| What to produce |
Would you please return the lines of the entries below starting at the line that has "#38=AXIS2_PLACEMENT_3D('',#35,#36,#37);" and ending at the line that has "#46=CARTESIAN_POINT('',(0.,-200.,0.));", both included, exactly as they are?

Exercise input START

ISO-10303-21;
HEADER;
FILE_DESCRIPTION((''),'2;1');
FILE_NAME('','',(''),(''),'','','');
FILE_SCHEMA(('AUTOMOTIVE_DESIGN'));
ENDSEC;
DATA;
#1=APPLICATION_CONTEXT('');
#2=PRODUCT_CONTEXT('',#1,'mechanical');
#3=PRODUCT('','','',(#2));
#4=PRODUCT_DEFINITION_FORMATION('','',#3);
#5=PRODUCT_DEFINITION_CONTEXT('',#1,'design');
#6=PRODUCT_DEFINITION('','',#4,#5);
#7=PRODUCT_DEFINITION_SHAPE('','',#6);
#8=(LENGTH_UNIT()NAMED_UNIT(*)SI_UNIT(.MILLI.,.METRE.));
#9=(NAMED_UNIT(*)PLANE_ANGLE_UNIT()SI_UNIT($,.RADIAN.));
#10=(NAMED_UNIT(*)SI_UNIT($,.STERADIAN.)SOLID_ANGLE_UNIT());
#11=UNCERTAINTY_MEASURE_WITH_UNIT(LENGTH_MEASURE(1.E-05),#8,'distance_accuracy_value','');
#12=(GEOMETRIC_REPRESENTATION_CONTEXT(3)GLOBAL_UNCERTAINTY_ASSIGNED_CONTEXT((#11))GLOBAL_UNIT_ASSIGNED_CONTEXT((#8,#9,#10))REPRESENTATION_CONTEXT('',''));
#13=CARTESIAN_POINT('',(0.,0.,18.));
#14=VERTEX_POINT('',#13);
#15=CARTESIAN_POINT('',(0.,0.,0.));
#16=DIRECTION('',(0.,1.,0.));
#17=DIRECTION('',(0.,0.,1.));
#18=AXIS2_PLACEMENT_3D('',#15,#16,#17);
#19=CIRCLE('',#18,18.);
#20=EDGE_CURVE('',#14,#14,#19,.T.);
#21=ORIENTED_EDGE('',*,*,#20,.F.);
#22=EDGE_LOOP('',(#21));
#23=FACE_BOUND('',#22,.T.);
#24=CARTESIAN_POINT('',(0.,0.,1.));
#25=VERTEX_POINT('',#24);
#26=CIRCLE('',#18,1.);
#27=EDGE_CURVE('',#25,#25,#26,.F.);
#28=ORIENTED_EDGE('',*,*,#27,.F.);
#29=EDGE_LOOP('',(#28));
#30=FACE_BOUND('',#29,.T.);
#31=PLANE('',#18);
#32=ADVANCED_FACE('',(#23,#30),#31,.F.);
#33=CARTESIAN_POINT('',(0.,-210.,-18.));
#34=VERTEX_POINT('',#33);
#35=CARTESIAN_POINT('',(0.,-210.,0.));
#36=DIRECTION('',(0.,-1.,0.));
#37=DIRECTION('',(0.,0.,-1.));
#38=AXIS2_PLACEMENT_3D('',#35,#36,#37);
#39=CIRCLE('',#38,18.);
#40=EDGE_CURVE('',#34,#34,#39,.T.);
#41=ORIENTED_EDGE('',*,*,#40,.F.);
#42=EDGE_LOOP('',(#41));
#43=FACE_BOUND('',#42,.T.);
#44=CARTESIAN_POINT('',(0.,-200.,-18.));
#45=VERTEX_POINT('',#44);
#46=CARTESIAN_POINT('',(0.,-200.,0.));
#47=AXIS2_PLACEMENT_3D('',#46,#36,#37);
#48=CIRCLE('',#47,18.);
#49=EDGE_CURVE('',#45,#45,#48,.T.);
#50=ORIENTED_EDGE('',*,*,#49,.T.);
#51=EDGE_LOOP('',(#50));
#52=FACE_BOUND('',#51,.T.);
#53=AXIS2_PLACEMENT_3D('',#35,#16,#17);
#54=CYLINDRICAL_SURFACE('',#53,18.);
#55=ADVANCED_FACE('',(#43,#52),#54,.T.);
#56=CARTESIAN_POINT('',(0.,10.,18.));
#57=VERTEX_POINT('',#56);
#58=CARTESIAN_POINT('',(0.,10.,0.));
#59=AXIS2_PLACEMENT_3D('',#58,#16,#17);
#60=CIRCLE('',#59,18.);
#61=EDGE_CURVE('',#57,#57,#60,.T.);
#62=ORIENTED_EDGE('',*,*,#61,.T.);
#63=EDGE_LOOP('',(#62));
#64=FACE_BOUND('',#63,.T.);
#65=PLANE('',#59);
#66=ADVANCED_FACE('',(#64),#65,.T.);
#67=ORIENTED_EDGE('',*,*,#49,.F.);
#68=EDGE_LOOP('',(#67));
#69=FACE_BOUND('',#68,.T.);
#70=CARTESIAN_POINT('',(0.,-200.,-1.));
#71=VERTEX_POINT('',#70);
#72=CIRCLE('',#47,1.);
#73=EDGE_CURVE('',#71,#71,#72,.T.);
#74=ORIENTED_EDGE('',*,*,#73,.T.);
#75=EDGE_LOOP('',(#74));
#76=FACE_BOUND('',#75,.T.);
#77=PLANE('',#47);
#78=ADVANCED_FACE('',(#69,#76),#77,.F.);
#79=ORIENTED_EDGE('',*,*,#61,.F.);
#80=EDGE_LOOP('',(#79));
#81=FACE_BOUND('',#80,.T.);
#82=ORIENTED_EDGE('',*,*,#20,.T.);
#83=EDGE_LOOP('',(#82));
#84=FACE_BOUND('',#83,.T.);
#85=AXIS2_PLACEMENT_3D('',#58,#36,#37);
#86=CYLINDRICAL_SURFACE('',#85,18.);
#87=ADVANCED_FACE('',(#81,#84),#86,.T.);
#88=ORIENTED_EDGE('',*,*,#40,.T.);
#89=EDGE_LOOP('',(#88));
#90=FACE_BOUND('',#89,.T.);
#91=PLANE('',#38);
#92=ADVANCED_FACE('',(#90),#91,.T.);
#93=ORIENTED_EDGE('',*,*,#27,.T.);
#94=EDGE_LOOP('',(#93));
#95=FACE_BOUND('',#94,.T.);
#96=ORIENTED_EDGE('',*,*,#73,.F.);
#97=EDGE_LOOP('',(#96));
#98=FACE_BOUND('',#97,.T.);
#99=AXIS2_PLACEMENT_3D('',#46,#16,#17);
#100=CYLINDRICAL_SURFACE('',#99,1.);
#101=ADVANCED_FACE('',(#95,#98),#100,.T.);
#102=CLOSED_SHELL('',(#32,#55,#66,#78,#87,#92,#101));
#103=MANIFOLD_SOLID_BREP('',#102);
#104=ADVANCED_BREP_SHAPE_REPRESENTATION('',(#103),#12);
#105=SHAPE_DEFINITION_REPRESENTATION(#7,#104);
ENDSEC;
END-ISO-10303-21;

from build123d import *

# Parameters (mm, degrees)
SKETCH_1_R      = 18
EXTRUDE_1_DEPTH = 10
SKETCH_2_R      = 1
EXTRUDE_2_DEPTH = 200
EXTRUDE_START   = 10
SKETCH_3_R      = 18
EXTRUDE_3_DEPTH = 10


with BuildPart() as part:
    # 草图1 → 凸台-拉伸1 (new body)
    with BuildSketch(Plane(origin=(0, 0, 0), x_dir=(1, 0, 0), z_dir=(0, 1, 0))):
        with Locations(Location((0, 0, 0), (0, 0, 270))):
            Circle(SKETCH_1_R)
    extrude(amount=EXTRUDE_1_DEPTH)

    # 草图2 → 凸台-拉伸2 (add)
    with BuildSketch(Plane(origin=(0, 0, 0), x_dir=(-1, 0, 0), z_dir=(0, -1, 0))):
        with Locations(Location((0, 0, 0), (0, 0, 270))):
            Circle(SKETCH_2_R)
    extrude(amount=EXTRUDE_2_DEPTH)

    # 草图3 → 凸台-拉伸3 (add)
    with BuildSketch(Plane(origin=(0, -200, 0), x_dir=(-1, 0, 0), z_dir=(0, -1, 0)).offset(EXTRUDE_START)):
        with Locations(Location((0, 0, 0), (0, 0, 270))):
            Circle(SKETCH_3_R)
    extrude(amount=-EXTRUDE_3_DEPTH)


solid = part.part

Exercise input END

| Problem solution |
#38=AXIS2_PLACEMENT_3D('',#35,#36,#37);
#39=CIRCLE('',#38,18.);
#40=EDGE_CURVE('',#34,#34,#39,.T.);
#41=ORIENTED_EDGE('',*,*,#40,.F.);
#42=EDGE_LOOP('',(#41));
#43=FACE_BOUND('',#42,.T.);
#44=CARTESIAN_POINT('',(0.,-200.,-18.));
#45=VERTEX_POINT('',#44);
#46=CARTESIAN_POINT('',(0.,-200.,0.));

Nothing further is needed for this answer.